$\newcommand{\Top}{\mathrm{Top}} \newcommand{\Grp}{\mathrm{Grp}} \newcommand{\Set}{\mathrm{Set}} \newcommand{\pinch}{\mathrm{pinch}}$
This is kind of an open-ended question but a possible answer was given by Wojowu in the comments: any functor $f:\Top_*\to \Grp$ which sends the point to $1$, the circle to $\mathbb Z$, is homotopy invariant and satisfies the Van Kampen theorem is isomorphic to $\pi_1$, at least when restricted to pointed connected finite CW-complexes (without the value at the point, the functor could be constant with value $\mathbb Z$).
The argument is as follows. First, $f$ is homotopy invariant and hence factors through the homotopy category of pointed topological spaces. By the Yoneda lemma applied in that category, it follows that picking out $1\in \mathbb Z\cong f(S^1)$ induces a map of set-valued functors $h:\pi_1\to f$. I claim that this is a group morphism. This is not completely trivial, and I will explain that later. In fact, it's not completely true: either $h$, or the morphism corresponding to $-1\in f(S^1)$ is a group morphism. This is what I will prove later.
For now, let's take it for granted. On $S^1$, $h$ sends $1\in\mathbb Z\cong \pi_1(S^1)$ to $1\in \mathbb Z\cong f(S^1)$ (or $-1$) and hence is an isomorphism. On disks, homotopy invariance shows that both $f$ and $\pi_1$ are trivial, and hence also on higher dimensional spheres by van Kampen. Since general finite pointed connected finite CW-complexes are built out of spheres by pushouts to which one can apply van Kampen, it follows that $h$ is an isomorphism on all of them, as was claimed.
To get to infinite CW complexes, one will need some kind of finitary-ness properties of $f$, such as the fact that it preserves filtered (homotopy) colimits/unions of CW-complexes. Then the same argument will work. To get beyond connectedness, one might simply impose it by asking that for any $(X,x)$, the inclusion of the component at $x$ induces an isomorphism on $f$.
It seems difficult to say anything for general topological spaces if you do not assume that the functor is invariant under weak homotopy equivalences.

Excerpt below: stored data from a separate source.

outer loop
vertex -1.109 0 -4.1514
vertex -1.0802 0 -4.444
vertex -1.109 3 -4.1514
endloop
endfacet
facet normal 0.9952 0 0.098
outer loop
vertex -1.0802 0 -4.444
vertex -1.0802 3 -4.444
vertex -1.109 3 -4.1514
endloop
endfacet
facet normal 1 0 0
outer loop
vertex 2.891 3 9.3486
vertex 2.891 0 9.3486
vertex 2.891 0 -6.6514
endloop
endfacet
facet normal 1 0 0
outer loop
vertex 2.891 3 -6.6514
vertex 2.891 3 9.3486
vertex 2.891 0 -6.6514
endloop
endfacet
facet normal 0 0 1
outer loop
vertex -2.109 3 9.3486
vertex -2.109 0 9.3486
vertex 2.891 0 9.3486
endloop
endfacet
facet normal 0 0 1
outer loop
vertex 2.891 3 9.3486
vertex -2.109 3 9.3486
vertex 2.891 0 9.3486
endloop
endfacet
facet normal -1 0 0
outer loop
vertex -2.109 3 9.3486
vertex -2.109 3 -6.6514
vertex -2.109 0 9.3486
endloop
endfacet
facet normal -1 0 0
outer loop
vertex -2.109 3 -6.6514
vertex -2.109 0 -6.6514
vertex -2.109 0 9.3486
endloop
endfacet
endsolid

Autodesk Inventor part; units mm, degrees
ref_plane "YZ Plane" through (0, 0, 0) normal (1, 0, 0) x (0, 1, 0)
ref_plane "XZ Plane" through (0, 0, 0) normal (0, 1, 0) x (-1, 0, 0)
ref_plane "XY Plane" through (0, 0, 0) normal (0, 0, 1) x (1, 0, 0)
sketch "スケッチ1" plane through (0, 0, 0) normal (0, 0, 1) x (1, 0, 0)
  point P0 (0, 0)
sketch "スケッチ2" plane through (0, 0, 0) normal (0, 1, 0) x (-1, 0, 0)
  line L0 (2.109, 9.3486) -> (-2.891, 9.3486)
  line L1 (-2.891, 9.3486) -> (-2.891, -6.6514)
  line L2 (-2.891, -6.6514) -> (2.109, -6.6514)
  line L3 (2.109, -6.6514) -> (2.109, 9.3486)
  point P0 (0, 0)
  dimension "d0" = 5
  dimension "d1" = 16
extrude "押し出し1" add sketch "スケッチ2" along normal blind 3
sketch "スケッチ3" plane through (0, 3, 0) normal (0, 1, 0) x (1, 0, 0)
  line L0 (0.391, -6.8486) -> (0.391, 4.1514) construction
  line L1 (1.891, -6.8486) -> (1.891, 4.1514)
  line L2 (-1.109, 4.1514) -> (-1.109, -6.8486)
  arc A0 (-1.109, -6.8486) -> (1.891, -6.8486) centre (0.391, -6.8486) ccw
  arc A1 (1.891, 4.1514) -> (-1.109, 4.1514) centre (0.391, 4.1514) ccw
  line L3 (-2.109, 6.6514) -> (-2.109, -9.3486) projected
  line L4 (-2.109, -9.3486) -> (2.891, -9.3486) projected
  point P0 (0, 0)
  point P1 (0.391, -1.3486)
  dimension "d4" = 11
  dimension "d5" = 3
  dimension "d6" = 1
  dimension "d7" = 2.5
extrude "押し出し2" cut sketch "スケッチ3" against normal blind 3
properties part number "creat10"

Finally, the statement about $h:\pi_1\to f$ being a group map. Recall that the group structure on $\pi_1$ is induced by the cogroup (up to homotopy) structure on $S^1$. Unwinding in terms of the Yoneda lemma what it means for $h$ to be a group morphism, we find that it corresponds to the statement that the following two elements agree in $f(S^1\vee S^1)$: $f(i_a)(1) f(i_b)(1)$ and $f(\pinch)(1)$ where $i_a, i_b: S^1\to S^1\vee S^1$ are the two inclusions, and $\pinch: S^1\to S^1\vee S^1$ is the pinch map defining the multiplication on $\pi_1$.
By van Kampen, however, the map induced by $i_a$ and $i_b$, $f(S^1)*f(S^1)\to f(S^1\vee S^1)$ is an isomorphism, and so the comultiplication map on $S^1$ induces a cogroup structure on $f(S^1)$ in $\Grp$. The following is the key nontrivial statement:
Lemma: There are exactly two cogroup structures on $\mathbb Z$, corresponding to the morphisms $\mathbb Z\to \mathbb Z_a * \mathbb Z_b, 1\mapsto 1_a * 1_b$ and $1_b * 1_a$.
This lemma is a tedious if elementary verification with free words - it corresponds to the statement that the forgetful functor $\Grp\to \Set$ has exactly two group structures: the obvious one, or the opposite multiplication one. It was proved by Kan, and is also recorded in Comultiplications on Free Groups and Wedges of Circles (with other fun stuff about comultiplications in general)
From this, it is clear that either $f(i_a)(1) f(i_b)(1) = f(\pinch)(1)$, or $f(i_b)(1) f(i_a)(1) = f(\pinch)(1)$. In the latter case, picking $-1$ in place of $1$ in the definition of $h$ reduces us to the previous case, so that $h$ is indeed a group morphism, as was to be shown.